• INSTRUCTIONS FOR THE TASK: Take the data below and copy exactly the lines starting at the one with "v6 (0,0.736599,1.143845)" and finishing at the one with "v12 (3.327397,0.381,0)", both included.

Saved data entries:
----------
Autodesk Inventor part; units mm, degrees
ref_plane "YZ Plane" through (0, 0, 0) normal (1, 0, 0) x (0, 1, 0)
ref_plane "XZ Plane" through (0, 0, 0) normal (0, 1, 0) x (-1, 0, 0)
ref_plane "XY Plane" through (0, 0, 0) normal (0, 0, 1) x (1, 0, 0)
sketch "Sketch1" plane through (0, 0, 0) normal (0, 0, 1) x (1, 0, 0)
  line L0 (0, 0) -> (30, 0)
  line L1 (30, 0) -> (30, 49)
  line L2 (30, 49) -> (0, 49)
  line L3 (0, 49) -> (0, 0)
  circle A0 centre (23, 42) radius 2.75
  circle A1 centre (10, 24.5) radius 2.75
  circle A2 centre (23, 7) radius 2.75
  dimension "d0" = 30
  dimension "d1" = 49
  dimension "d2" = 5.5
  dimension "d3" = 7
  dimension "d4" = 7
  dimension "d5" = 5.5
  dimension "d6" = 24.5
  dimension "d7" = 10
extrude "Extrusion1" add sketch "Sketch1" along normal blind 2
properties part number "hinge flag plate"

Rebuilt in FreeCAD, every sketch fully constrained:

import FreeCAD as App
import Part
import Sketcher
Q = App.Units.Quantity

doc = App.newDocument("Part")
body = doc.addObject("PartDesign::Body", "Body")

sketch1 = body.newObject("Sketcher::SketchObject", "Sketch")
sketch1.AttachmentSupport = (doc.getObject("XY_Plane"), [""])
sketch1.MapMode = "FlatFace"
sketch1.addGeometry(Part.LineSegment(App.Vector(0, 49, 0), App.Vector(0, 0, 0)), False)
sketch1.addGeometry(Part.LineSegment(App.Vector(0, 0, 0), App.Vector(30, 0, 0)), False)
sketch1.addGeometry(Part.LineSegment(App.Vector(30, 0, 0), App.Vector(30, 49, 0)), False)
sketch1.addGeometry(Part.LineSegment(App.Vector(30, 49, 0), App.Vector(0, 49, 0)), False)
sketch1.addGeometry(Part.Circle(App.Vector(10, 24.5, 0), App.Vector(0, 0, 1), 2.75), False)
sketch1.addGeometry(Part.Circle(App.Vector(23, 7, 0), App.Vector(0, 0, 1), 2.75), False)
sketch1.addGeometry(Part.Circle(App.Vector(23, 42, 0), App.Vector(0, 0, 1), 2.75), False)
sketch1.addConstraint(Sketcher.Constraint("Coincident", 0, 2, 1, 1))
sketch1.addConstraint(Sketcher.Constraint("Coincident", 1, 2, 2, 1))
sketch1.addConstraint(Sketcher.Constraint("Coincident", 2, 2, 3, 1))
sketch1.addConstraint(Sketcher.Constraint("Coincident", 3, 2, 0, 1))
sketch1.addConstraint(Sketcher.Constraint("Vertical", 0))
sketch1.addConstraint(Sketcher.Constraint("Horizontal", 1))
sketch1.addConstraint(Sketcher.Constraint("Vertical", 2))
sketch1.addConstraint(Sketcher.Constraint("Horizontal", 3))
sketch1.addConstraint(Sketcher.Constraint("Coincident", 0, 2, -1, 1))
sketch1.addConstraint(Sketcher.Constraint("Equal", 4, 5))
sketch1.addConstraint(Sketcher.Constraint("Equal", 5, 6))
sketch1.addConstraint(Sketcher.Constraint("Vertical", 5, 3, 6, 3))
sketch1.addConstraint(Sketcher.Constraint("Diameter", 4, Q("5.5 mm")))
sketch1.addConstraint(Sketcher.Constraint("DistanceX", 1, 1, 1, 2, Q("30 mm")))
sketch1.addConstraint(Sketcher.Constraint("DistanceY", 0, 2, 0, 1, Q("49 mm")))
sketch1.addConstraint(Sketcher.Constraint("DistanceX", -1, 1, 4, 3, Q("10 mm")))
sketch1.addConstraint(Sketcher.Constraint("DistanceY", -1, 1, 5, 3, Q("7 mm")))
sketch1.addConstraint(Sketcher.Constraint("DistanceX", 5, 3, 1, 2, Q("7 mm")))
sketch1.addConstraint(Sketcher.Constraint("DistanceY", 6, 3, 2, 2, Q("7 mm")))
sketch1.addConstraint(Sketcher.Constraint("DistanceY", -1, 1, 4, 3, Q("24.5 mm")))
pad1 = body.newObject("PartDesign::Pad", "Pad")
pad1.Profile = sketch1
pad1.Length = 2

doc.recompute()
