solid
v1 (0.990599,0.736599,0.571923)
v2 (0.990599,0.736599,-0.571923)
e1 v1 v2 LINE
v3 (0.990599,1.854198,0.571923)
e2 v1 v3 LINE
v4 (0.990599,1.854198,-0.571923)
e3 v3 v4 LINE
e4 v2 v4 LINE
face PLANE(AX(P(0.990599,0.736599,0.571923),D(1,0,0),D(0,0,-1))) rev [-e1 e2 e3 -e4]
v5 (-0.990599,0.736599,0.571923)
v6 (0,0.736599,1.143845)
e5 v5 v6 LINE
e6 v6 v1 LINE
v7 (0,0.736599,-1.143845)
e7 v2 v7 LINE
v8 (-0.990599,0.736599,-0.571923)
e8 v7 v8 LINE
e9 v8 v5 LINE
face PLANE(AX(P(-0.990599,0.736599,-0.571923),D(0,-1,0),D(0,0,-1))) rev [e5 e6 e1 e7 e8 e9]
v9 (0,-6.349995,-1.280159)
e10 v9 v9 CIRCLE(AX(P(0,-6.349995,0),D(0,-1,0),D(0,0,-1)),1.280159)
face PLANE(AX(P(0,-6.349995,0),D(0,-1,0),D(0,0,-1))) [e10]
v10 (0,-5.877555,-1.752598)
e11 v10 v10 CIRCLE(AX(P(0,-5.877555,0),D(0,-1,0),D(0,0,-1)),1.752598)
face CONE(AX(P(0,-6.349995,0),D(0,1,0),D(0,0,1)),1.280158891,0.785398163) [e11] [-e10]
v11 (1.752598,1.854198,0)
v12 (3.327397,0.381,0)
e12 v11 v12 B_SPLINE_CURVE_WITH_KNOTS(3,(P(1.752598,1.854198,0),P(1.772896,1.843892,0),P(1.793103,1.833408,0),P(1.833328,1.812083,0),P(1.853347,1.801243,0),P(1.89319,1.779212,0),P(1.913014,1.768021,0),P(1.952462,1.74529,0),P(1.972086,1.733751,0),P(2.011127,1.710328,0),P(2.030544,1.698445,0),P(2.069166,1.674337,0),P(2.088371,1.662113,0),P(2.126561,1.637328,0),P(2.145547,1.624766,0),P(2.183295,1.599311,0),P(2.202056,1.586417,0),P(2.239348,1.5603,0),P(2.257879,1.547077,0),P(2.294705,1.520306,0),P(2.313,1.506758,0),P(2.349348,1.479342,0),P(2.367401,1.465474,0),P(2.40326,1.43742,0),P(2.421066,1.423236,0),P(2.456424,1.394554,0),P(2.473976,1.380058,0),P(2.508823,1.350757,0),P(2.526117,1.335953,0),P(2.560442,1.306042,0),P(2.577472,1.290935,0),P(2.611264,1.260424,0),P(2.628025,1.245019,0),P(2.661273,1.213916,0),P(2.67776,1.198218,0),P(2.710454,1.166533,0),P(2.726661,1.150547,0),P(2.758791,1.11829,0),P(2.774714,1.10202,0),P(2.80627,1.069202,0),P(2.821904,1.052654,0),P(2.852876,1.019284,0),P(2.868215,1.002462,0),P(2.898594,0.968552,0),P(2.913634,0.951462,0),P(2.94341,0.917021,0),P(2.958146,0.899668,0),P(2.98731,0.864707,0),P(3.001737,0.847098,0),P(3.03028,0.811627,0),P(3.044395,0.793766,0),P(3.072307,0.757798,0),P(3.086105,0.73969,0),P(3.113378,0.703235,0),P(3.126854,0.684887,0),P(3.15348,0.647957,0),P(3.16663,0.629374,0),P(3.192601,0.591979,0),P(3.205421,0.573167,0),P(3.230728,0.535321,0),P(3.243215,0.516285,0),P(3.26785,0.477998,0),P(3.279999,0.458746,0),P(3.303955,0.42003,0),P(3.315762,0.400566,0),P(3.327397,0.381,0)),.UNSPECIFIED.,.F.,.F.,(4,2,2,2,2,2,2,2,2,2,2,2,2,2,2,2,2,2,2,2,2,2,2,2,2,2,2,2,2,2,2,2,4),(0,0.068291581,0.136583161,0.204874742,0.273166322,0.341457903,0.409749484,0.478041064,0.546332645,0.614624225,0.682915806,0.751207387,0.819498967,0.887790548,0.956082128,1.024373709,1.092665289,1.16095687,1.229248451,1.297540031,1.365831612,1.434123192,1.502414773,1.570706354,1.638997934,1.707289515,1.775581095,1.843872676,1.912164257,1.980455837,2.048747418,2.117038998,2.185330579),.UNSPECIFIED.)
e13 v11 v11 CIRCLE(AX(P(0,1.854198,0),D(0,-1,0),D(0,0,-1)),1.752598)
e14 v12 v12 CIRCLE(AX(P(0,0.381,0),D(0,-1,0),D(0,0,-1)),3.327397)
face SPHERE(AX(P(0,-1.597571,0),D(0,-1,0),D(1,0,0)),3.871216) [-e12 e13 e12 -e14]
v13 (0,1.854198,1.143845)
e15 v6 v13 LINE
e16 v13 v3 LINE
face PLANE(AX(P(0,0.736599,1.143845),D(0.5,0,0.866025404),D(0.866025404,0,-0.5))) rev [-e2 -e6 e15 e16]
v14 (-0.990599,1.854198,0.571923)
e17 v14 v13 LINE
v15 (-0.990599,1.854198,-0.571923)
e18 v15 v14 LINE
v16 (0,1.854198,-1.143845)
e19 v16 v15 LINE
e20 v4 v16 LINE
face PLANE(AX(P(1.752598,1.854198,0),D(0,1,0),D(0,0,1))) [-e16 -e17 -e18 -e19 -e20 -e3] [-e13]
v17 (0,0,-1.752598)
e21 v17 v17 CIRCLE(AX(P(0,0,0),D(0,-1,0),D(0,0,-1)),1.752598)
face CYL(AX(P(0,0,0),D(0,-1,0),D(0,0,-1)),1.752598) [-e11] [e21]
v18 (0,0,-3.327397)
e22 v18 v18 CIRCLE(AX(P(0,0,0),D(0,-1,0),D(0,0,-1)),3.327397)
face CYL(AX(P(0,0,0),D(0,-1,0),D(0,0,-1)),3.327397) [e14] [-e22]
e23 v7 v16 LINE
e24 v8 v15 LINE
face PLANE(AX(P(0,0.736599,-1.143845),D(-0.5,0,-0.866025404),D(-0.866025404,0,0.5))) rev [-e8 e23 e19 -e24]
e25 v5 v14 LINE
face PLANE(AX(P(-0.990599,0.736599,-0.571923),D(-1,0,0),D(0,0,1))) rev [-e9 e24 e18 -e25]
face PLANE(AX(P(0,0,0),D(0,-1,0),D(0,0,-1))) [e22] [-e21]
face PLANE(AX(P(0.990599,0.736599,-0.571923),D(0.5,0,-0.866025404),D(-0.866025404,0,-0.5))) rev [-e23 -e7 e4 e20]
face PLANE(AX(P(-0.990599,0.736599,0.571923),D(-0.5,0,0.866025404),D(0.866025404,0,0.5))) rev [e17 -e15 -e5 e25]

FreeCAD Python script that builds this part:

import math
import FreeCAD as App
import Part
import Sketcher

V = App.Vector
Q = App.Units.Quantity

doc = App.newDocument("Part")
body = doc.addObject("PartDesign::Body", "Body")

# Sketch on XY plane
sketch1 = doc.addObject("Sketcher::SketchObject", "Sketch")
body.addObject(sketch1)
sketch1.AttachmentSupport = (doc.XY_Plane, [""])
sketch1.MapMode = "FlatFace"
sketch1.addGeometry([
    Part.LineSegment(V(0, 0, 0), V(3.327397, 0, 0)),  # 0
    Part.LineSegment(V(3.327397, 0, 0), V(3.327397, 0.381, 0)),  # 1
    Part.ArcOfCircle(Part.Circle(V(0, -1.597571, 0), V(0, 0, 1), 3.871216), math.radians(30.736993), math.radians(63.081311)),  # 2
    Part.LineSegment(V(1.752598, 1.854198, 0), V(0, 1.854198, 0)),  # 3
    Part.LineSegment(V(0, 1.854198, 0), V(0, 0, 0)),  # 4
], False)
sketch1.addConstraint([
    Sketcher.Constraint("Coincident", 0, 2, 1, 1),
    Sketcher.Constraint("Coincident", 1, 2, 2, 1),
    Sketcher.Constraint("Coincident", 2, 2, 3, 1),
    Sketcher.Constraint("Coincident", 3, 2, 4, 1),
    Sketcher.Constraint("Coincident", 4, 2, 0, 1),
    Sketcher.Constraint("Horizontal", 0),
    Sketcher.Constraint("Vertical", 1),
    Sketcher.Constraint("Horizontal", 3),
    Sketcher.Constraint("Vertical", 4),
    Sketcher.Constraint("Coincident", 4, 2, -1, 1),
    Sketcher.Constraint("PointOnObject", 2, 3, -2),
    Sketcher.Constraint("DistanceX", 0, 1, 0, 2, Q("0.1309999 in")),
    Sketcher.Constraint("DistanceX", 3, 2, 3, 1, Q("0.0689999 in")),
    Sketcher.Constraint("DistanceY", 1, 1, 1, 2, Q("0.015 in")),
    Sketcher.Constraint("DistanceY", 4, 2, 4, 1, Q("0.0729999 in")),
])
revolution = doc.addObject("PartDesign::Revolution", "Revolution")
body.addObject(revolution)
revolution.Profile = sketch1
revolution.ReferenceAxis = (sketch1, ["V_Axis"])
revolution.Angle = 360

# Sketch on XY plane
sketch2 = doc.addObject("Sketcher::SketchObject", "Sketch001")
body.addObject(sketch2)
sketch2.AttachmentSupport = (doc.XY_Plane, [""])
sketch2.MapMode = "FlatFace"
sketch2.addGeometry([
    Part.LineSegment(V(0, -6.349995, 0), V(1.280159, -6.349995, 0)),  # 0
    Part.LineSegment(V(1.280159, -6.349995, 0), V(1.752598, -5.877555, 0)),  # 1
    Part.LineSegment(V(1.752598, -5.877555, 0), V(1.752598, 0, 0)),  # 2
    Part.LineSegment(V(1.752598, 0, 0), V(0, 0, 0)),  # 3
    Part.LineSegment(V(0, 0, 0), V(0, -6.349995, 0)),  # 4
], False)
sketch2.addConstraint([
    Sketcher.Constraint("Coincident", 0, 2, 1, 1),
    Sketcher.Constraint("Coincident", 1, 2, 2, 1),
    Sketcher.Constraint("Coincident", 2, 2, 3, 1),
    Sketcher.Constraint("Coincident", 3, 2, 4, 1),
    Sketcher.Constraint("Coincident", 4, 2, 0, 1),
    Sketcher.Constraint("Horizontal", 0),
    Sketcher.Constraint("Vertical", 2),
    Sketcher.Constraint("Horizontal", 3),
    Sketcher.Constraint("Vertical", 4),
    Sketcher.Constraint("Coincident", 3, 2, -1, 1),
    Sketcher.Constraint("Angle", 1, Q("45 deg")),
    Sketcher.Constraint("DistanceX", 3, 2, 3, 1, Q("0.0689999 in")),
    Sketcher.Constraint("DistanceX", 0, 1, 0, 2, Q("0.0504 in")),
    Sketcher.Constraint("DistanceY", 2, 1, 2, 2, 5.877555),
])
revolution2 = doc.addObject("PartDesign::Revolution", "Revolution001")
body.addObject(revolution2)
revolution2.Profile = sketch2
revolution2.ReferenceAxis = (sketch2, ["V_Axis"])
revolution2.Angle = 360

# Sketch on XZ plane
sketch3 = doc.addObject("Sketcher::SketchObject", "Sketch002")
body.addObject(sketch3)
sketch3.AttachmentSupport = (doc.XZ_Plane, [""])
sketch3.MapMode = "FlatFace"
sketch3.AttachmentOffset = App.Placement(V(0, 0, -0.0729999 * 25.4), App.Rotation())
sketch3.addGeometry([
    Part.LineSegment(V(-0.990599, 0.571923, 0), V(0, 1.143845, 0)),  # 0
    Part.LineSegment(V(0, 1.143845, 0), V(0.990599, 0.571923, 0)),  # 1
    Part.LineSegment(V(0.990599, 0.571923, 0), V(0.990599, -0.571923, 0)),  # 2
    Part.LineSegment(V(0.990599, -0.571923, 0), V(0, -1.143845, 0)),  # 3
    Part.LineSegment(V(0, -1.143845, 0), V(-0.990599, -0.571923, 0)),  # 4
    Part.LineSegment(V(-0.990599, -0.571923, 0), V(-0.990599, 0.571923, 0)),  # 5
], False)
sketch3.addConstraint([
    Sketcher.Constraint("Coincident", 0, 2, 1, 1),
    Sketcher.Constraint("Coincident", 1, 2, 2, 1),
    Sketcher.Constraint("Coincident", 2, 2, 3, 1),
    Sketcher.Constraint("Coincident", 3, 2, 4, 1),
    Sketcher.Constraint("Coincident", 4, 2, 5, 1),
    Sketcher.Constraint("Coincident", 5, 2, 0, 1),
    Sketcher.Constraint("Vertical", 2),
    Sketcher.Constraint("Vertical", 5),
    Sketcher.Constraint("Symmetric", 0, 2, 3, 2, -1, 1),
    Sketcher.Constraint("Symmetric", 1, 2, 4, 2, -1, 1),
    Sketcher.Constraint("PointOnObject", 0, 2, -2),
    Sketcher.Constraint("Parallel", 0, 3),
    Sketcher.Constraint("Horizontal", 2, 2, 4, 2),
    Sketcher.Constraint("Angle", 0, Q("30 deg")),
    Sketcher.Constraint("DistanceX", -1, 1, 1, 2, Q("0.039 in")),
    Sketcher.Constraint("DistanceY", 2, 2, 2, 1, 1.143845),
])
pocket1 = doc.addObject("PartDesign::Pocket", "Pocket")
body.addObject(pocket1)
pocket1.Profile = sketch3
pocket1.Length = Q("0.044 in")
pocket1.Reversed = True

doc.recompute()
----------
• THE ANSWER:
v6 (0,0.736599,1.143845)
e5 v5 v6 LINE
e6 v6 v1 LINE
v7 (0,0.736599,-1.143845)
e7 v2 v7 LINE
v8 (-0.990599,0.736599,-0.571923)
e8 v7 v8 LINE
e9 v8 v5 LINE
face PLANE(AX(P(-0.990599,0.736599,-0.571923),D(0,-1,0),D(0,0,-1))) rev [e5 e6 e1 e7 e8 e9]
v9 (0,-6.349995,-1.280159)
e10 v9 v9 CIRCLE(AX(P(0,-6.349995,0),D(0,-1,0),D(0,0,-1)),1.280159)
face PLANE(AX(P(0,-6.349995,0),D(0,-1,0),D(0,0,-1))) [e10]
v10 (0,-5.877555,-1.752598)
e11 v10 v10 CIRCLE(AX(P(0,-5.877555,0),D(0,-1,0),D(0,0,-1)),1.752598)
face CONE(AX(P(0,-6.349995,0),D(0,1,0),D(0,0,1)),1.280158891,0.785398163) [e11] [-e10]
v11 (1.752598,1.854198,0)
v12 (3.327397,0.381,0)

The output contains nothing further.